Jean-François apprend la nouvelle du naufrage alors qu’il est à un dîner chez de la famille. “Mon téléphone sonnait sonnait… On était invité à un dîner, mon téléphone sonnait. On me dit “ouais t’as pas vu…”. Je suis rentré, je suis parti directement à la plage, et j’ai vu, là. C’était juste devant là. En plus, il était juste à l’endroit où je plonge, pour chasser.«
« Il était coincé là avec de la lumière dessus… c’était comme une île. Trois cents mètres de long. Comme une île là-bas… Les gens ont commencé à venir voir ce qu’il se passait. Après j’ai vu faire deux fois 360 degrés sur le récif… ça l’a déplacé un kilomètre plus loin, il était resté bloqué là. Je regardais tous les jours. Je descendais à la plage, je regardais. Une nuit, j’ai entendu un gros bruit sourd. La coque venait de se péter.
PAAAM.
Mais fort, c’est assez loin d’ici. D’ici, jusqu’à là-bas, on peut dire trois kilomètres passés. Le bruit, là-bas. Il y avait personne sur le bateau. Ils étaient à terre les équipages tout ça. Un gros bruit. La brèche de la coque. Ça s’est cassé.«
⬪
Le 25 juillet 2020, le navire japonais MV Wakashio et ses 4000 tonnes d’huile s’échouent sur la côte sud-est de l’île Maurice, près du récif de la Pointe d’Esny, dans le sud-est de l’île où plusieurs zones protégées et réglementées ont une importance écologique considérable. A bord, l’équipage est secouru, mais cette tragédie incitera la population à se mobiliser, car c’est environ 1000 tonnes de pétrole qui est estimé s’être déversées sur plus de 30km² le long de la côte sud-est mauricienne. Des opérations de pompage ont été menées, enlevant environ 2000 tonnes de pétrole du navire. Pour réduire au maximum l’impact de cette marée noire sur l’écosystème marin des opérations de nettoyage ont eu lieu. Des experts internationaux venant de France, du Japon et de l’Inde ont été mobilisés, ainsi que des entreprises étrangères pour aider l’île à nettoyer l’huile de ses eaux. Sur place, les habitants se sont aussi mobilisés pour freiner l’expansion de l’huile près des côtes, en fabriquant des bouées faites de bagasse de canne à sucre ou de cheveux.

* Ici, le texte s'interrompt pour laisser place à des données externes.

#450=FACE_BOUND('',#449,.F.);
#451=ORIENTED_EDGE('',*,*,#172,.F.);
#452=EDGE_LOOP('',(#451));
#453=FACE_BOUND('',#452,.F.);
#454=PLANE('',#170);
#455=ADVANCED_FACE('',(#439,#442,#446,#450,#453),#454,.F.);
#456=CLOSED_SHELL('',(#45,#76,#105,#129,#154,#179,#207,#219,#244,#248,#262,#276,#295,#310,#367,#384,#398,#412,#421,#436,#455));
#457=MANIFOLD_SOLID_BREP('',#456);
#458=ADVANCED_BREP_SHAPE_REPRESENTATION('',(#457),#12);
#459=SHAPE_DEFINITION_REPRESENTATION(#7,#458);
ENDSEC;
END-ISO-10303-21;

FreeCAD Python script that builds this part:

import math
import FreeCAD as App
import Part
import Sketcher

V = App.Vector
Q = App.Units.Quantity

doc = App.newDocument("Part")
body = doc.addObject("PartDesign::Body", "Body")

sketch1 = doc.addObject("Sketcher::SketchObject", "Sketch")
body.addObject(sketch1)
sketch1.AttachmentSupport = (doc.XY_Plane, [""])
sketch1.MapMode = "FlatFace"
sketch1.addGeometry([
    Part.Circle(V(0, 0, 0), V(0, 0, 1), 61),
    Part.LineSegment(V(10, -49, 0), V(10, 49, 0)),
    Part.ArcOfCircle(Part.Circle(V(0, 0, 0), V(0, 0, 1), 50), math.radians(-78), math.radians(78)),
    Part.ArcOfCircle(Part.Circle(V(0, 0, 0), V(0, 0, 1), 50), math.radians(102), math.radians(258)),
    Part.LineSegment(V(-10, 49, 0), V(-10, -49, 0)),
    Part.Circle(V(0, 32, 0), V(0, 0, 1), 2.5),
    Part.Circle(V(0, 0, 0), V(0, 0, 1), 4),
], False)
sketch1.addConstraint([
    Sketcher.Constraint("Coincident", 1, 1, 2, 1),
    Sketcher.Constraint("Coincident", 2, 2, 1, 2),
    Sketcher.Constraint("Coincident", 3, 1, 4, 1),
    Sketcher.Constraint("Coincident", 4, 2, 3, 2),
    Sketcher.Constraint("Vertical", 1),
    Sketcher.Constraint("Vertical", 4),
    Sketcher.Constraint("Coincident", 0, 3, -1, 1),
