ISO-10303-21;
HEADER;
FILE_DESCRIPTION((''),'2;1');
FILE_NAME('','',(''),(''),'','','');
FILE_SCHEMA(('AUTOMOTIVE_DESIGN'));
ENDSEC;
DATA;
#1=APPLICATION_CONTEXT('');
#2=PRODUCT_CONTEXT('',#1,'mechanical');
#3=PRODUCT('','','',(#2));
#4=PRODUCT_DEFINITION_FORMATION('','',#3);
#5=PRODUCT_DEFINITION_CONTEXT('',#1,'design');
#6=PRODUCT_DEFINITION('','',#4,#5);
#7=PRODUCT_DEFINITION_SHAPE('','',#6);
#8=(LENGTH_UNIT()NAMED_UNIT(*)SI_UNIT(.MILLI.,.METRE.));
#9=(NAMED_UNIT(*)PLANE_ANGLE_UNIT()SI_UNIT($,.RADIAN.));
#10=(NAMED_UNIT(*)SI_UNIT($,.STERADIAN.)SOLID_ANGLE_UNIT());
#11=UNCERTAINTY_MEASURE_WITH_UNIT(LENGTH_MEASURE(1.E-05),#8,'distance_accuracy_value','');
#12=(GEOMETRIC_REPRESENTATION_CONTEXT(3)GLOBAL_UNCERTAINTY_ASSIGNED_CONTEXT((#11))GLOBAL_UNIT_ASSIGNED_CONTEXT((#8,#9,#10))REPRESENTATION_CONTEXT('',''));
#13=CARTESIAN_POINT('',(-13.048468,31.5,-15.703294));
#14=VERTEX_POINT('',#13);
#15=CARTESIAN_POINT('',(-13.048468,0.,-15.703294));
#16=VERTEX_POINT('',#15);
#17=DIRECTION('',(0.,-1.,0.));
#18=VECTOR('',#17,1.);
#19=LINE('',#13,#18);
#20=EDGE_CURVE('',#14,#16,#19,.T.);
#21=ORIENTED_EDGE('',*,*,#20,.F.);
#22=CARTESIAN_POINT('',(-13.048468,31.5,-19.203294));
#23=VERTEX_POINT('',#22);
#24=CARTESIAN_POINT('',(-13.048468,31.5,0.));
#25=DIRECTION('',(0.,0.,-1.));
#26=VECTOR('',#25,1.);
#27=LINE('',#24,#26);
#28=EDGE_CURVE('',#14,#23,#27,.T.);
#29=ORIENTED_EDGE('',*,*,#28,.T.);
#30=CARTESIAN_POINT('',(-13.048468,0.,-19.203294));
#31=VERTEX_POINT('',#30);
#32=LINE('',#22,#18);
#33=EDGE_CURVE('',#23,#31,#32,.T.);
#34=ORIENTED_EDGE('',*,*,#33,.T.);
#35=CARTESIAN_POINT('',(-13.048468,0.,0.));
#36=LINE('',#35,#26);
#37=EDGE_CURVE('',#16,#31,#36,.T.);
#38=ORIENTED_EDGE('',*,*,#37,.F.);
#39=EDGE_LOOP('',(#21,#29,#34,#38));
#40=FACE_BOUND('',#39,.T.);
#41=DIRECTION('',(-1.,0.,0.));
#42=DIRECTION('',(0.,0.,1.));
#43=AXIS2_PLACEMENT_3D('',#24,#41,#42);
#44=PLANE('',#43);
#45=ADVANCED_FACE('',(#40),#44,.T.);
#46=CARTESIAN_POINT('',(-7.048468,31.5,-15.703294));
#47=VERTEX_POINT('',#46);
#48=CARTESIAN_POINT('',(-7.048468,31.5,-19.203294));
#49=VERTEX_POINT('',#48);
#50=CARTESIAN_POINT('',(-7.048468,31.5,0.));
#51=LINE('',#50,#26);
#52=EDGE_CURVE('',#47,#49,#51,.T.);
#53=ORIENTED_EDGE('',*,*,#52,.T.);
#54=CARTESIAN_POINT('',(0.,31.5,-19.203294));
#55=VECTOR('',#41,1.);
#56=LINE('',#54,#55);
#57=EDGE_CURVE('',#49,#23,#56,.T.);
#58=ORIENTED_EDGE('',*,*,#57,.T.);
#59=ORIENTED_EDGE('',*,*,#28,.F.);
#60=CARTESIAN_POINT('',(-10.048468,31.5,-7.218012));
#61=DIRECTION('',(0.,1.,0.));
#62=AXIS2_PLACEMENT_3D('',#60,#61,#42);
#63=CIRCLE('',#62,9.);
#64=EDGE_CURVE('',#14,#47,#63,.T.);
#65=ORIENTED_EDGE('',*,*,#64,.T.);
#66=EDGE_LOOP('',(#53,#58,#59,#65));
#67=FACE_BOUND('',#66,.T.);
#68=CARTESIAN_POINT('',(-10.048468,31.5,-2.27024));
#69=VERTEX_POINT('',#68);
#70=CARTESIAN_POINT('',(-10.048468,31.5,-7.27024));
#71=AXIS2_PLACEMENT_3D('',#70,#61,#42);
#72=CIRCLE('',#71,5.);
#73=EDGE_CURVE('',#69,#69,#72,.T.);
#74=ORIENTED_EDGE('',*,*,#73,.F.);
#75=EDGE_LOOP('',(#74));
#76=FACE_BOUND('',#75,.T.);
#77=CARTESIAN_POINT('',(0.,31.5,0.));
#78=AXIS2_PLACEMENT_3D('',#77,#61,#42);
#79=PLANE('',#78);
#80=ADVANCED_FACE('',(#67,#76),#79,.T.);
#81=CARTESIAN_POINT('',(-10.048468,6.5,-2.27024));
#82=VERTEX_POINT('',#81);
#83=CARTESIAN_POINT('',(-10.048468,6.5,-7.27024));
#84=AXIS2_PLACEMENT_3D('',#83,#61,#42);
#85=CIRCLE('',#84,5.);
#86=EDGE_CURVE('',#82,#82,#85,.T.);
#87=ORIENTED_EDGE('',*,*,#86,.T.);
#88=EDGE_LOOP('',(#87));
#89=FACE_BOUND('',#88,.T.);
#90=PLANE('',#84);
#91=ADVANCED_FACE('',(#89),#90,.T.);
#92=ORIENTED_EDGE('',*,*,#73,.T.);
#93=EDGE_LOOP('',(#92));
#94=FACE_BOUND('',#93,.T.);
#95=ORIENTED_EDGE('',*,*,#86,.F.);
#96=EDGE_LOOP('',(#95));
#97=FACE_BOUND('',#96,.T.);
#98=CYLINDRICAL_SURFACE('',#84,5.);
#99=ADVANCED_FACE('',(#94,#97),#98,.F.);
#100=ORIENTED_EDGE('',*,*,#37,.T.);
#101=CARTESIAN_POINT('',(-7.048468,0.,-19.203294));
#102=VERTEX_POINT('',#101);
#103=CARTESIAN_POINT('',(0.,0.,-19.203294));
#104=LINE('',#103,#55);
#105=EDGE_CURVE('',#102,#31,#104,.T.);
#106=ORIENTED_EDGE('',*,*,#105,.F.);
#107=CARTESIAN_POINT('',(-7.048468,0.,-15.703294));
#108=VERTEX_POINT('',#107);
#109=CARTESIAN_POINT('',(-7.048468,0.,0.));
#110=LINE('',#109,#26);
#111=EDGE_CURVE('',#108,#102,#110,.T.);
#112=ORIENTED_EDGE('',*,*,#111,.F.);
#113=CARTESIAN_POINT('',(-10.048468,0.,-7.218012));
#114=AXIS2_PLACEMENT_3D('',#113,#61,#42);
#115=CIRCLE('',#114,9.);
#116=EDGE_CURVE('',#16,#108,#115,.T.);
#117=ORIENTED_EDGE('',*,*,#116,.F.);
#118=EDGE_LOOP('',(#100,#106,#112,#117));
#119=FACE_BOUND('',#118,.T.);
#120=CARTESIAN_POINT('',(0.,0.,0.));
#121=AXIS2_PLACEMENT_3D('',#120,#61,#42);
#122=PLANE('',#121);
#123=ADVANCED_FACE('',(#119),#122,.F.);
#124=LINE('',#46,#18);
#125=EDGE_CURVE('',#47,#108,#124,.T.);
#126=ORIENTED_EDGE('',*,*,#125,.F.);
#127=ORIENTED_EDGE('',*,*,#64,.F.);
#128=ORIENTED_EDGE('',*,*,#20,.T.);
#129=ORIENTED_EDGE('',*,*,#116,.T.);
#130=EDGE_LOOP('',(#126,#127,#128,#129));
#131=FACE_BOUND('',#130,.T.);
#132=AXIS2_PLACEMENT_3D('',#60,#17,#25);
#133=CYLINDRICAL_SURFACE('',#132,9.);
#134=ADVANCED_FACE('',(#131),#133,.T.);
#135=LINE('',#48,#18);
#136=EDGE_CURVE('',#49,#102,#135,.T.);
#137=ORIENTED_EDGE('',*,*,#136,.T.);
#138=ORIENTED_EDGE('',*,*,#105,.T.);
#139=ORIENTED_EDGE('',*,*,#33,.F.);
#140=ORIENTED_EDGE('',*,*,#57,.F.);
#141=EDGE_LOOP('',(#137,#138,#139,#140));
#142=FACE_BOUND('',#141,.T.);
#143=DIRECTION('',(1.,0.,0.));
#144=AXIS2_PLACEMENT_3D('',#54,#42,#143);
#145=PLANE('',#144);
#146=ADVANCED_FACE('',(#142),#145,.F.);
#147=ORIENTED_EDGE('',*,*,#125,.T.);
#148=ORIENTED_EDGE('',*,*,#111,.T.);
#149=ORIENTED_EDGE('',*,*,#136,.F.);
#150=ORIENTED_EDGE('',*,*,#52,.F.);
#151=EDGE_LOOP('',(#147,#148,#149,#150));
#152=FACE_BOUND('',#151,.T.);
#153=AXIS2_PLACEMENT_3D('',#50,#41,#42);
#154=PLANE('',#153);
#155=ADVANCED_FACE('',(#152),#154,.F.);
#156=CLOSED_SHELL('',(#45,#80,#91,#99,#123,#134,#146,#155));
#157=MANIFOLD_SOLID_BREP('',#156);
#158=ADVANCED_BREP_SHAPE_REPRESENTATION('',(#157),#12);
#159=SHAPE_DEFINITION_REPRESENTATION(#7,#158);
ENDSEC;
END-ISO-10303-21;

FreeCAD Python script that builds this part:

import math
import FreeCAD as App
import Part
import Sketcher

V = App.Vector
Q = App.Units.Quantity

doc = App.newDocument("Part")
body = doc.addObject("PartDesign::Body", "Body")

sketch1 = body.newObject("Sketcher::SketchObject", "Sketch")
sketch1.AttachmentSupport = (doc.getObject("XZ_Plane"), [""])
sketch1.MapMode = "FlatFace"
sketch1.addGeometry(Part.ArcOfCircle(Part.Circle(V(-10.048468, -7.218012, 0), V(0, 0, 1), 9), math.radians(-70.528779), math.radians(0)), False)
sketch1.addGeometry(Part.LineSegment(V(-7.048468, -15.703294, 0), V(-7.048468, -19.203294, 0)), False)
sketch1.addGeometry(Part.LineSegment(V(-7.048468, -19.203294, 0), V(-13.048468, -19.203294, 0)), False)
sketch1.addGeometry(Part.LineSegment(V(-13.048468, -19.203294, 0), V(-13.048468, -15.703294, 0)), False)
sketch1.addGeometry(Part.ArcOfCircle(Part.Circle(V(-10.048468, -7.218012, 0), V(0, 0, 1), 9), math.radians(0), math.radians(250.528779)), False)
sketch1.addConstraint(Sketcher.Constraint("Coincident", 0, 1, 1, 1))
sketch1.addConstraint(Sketcher.Constraint("Coincident", 1, 2, 2, 1))
sketch1.addConstraint(Sketcher.Constraint("Coincident", 2, 2, 3, 1))
sketch1.addConstraint(Sketcher.Constraint("Coincident", 3, 2, 4, 2))
sketch1.addConstraint(Sketcher.Constraint("Tangent", 4, 1, 0, 2))
sketch1.addConstraint(Sketcher.Constraint("Vertical", 1))
sketch1.addConstraint(Sketcher.Constraint("Horizontal", 2))
sketch1.addConstraint(Sketcher.Constraint("Vertical", 3))
sketch1.addConstraint(Sketcher.Constraint("Equal", 0, 4))
sketch1.addConstraint(Sketcher.Constraint("Horizontal", 0, 1, 3, 2))
sketch1.addConstraint(Sketcher.Constraint("Horizontal", 0, 3, 4, 1))
sketch1.addConstraint(Sketcher.Constraint("Radius", 0, Q("9 mm")))
sketch1.addConstraint(Sketcher.Constraint("DistanceX", 2, 2, 2, 1, Q("6 mm")))
sketch1.addConstraint(Sketcher.Constraint("DistanceY", 1, 2, 1, 1, Q("3.5 mm")))
sketch1.addConstraint(Sketcher.Constraint("DistanceX", 0, 3, -1, 1, Q("10.048468 mm")))
sketch1.addConstraint(Sketcher.Constraint("DistanceY", 0, 3, -1, 1, Q("7.218012 mm")))
pad1 = body.newObject("PartDesign::Pad", "Pad")
pad1.Profile = sketch1
pad1.Length = 31.5
pad1.Reversed = True

sketch2 = body.newObject("Sketcher::SketchObject", "Sketch001")
sketch2.AttachmentSupport = (doc.getObject("XZ_Plane"), [""])
sketch2.MapMode = "FlatFace"
sketch2.AttachmentOffset = App.Placement(V(0, 0, -31.5), App.Rotation())
sketch2.addGeometry(Part.Circle(V(-10.048468, -7.27024, 0), V(0, 0, 1), 5), False)
sketch2.addConstraint(Sketcher.Constraint("Diameter", 0, Q("10 mm")))
sketch2.addConstraint(Sketcher.Constraint("DistanceY", 0, 3, -1, 1, Q("7.27024 mm")))
sketch2.addConstraint(Sketcher.Constraint("DistanceX", 0, 3, -1, 1, Q("10.048468 mm")))
pocket1 = body.newObject("PartDesign::Pocket", "Pocket")
pocket1.Profile = sketch2
pocket1.Length = 25
pocket1.Reversed = True

doc.recompute()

L’état d’urgence environnementale a été déclaré le 7 août par le gouvernement mauricien. L’accès au lagon, aux plages et les activités de pêche ont été interdites dans certaines régions à proximité du naufrage, jusqu’à décembre 2020. Les communautés dépendant du tourisme et de la pêche ont été gravement affectées, d’autant plus que les difficultés liées à la pandémie et aux restrictions associées s’ajoutaient à leur situation déjà précaire.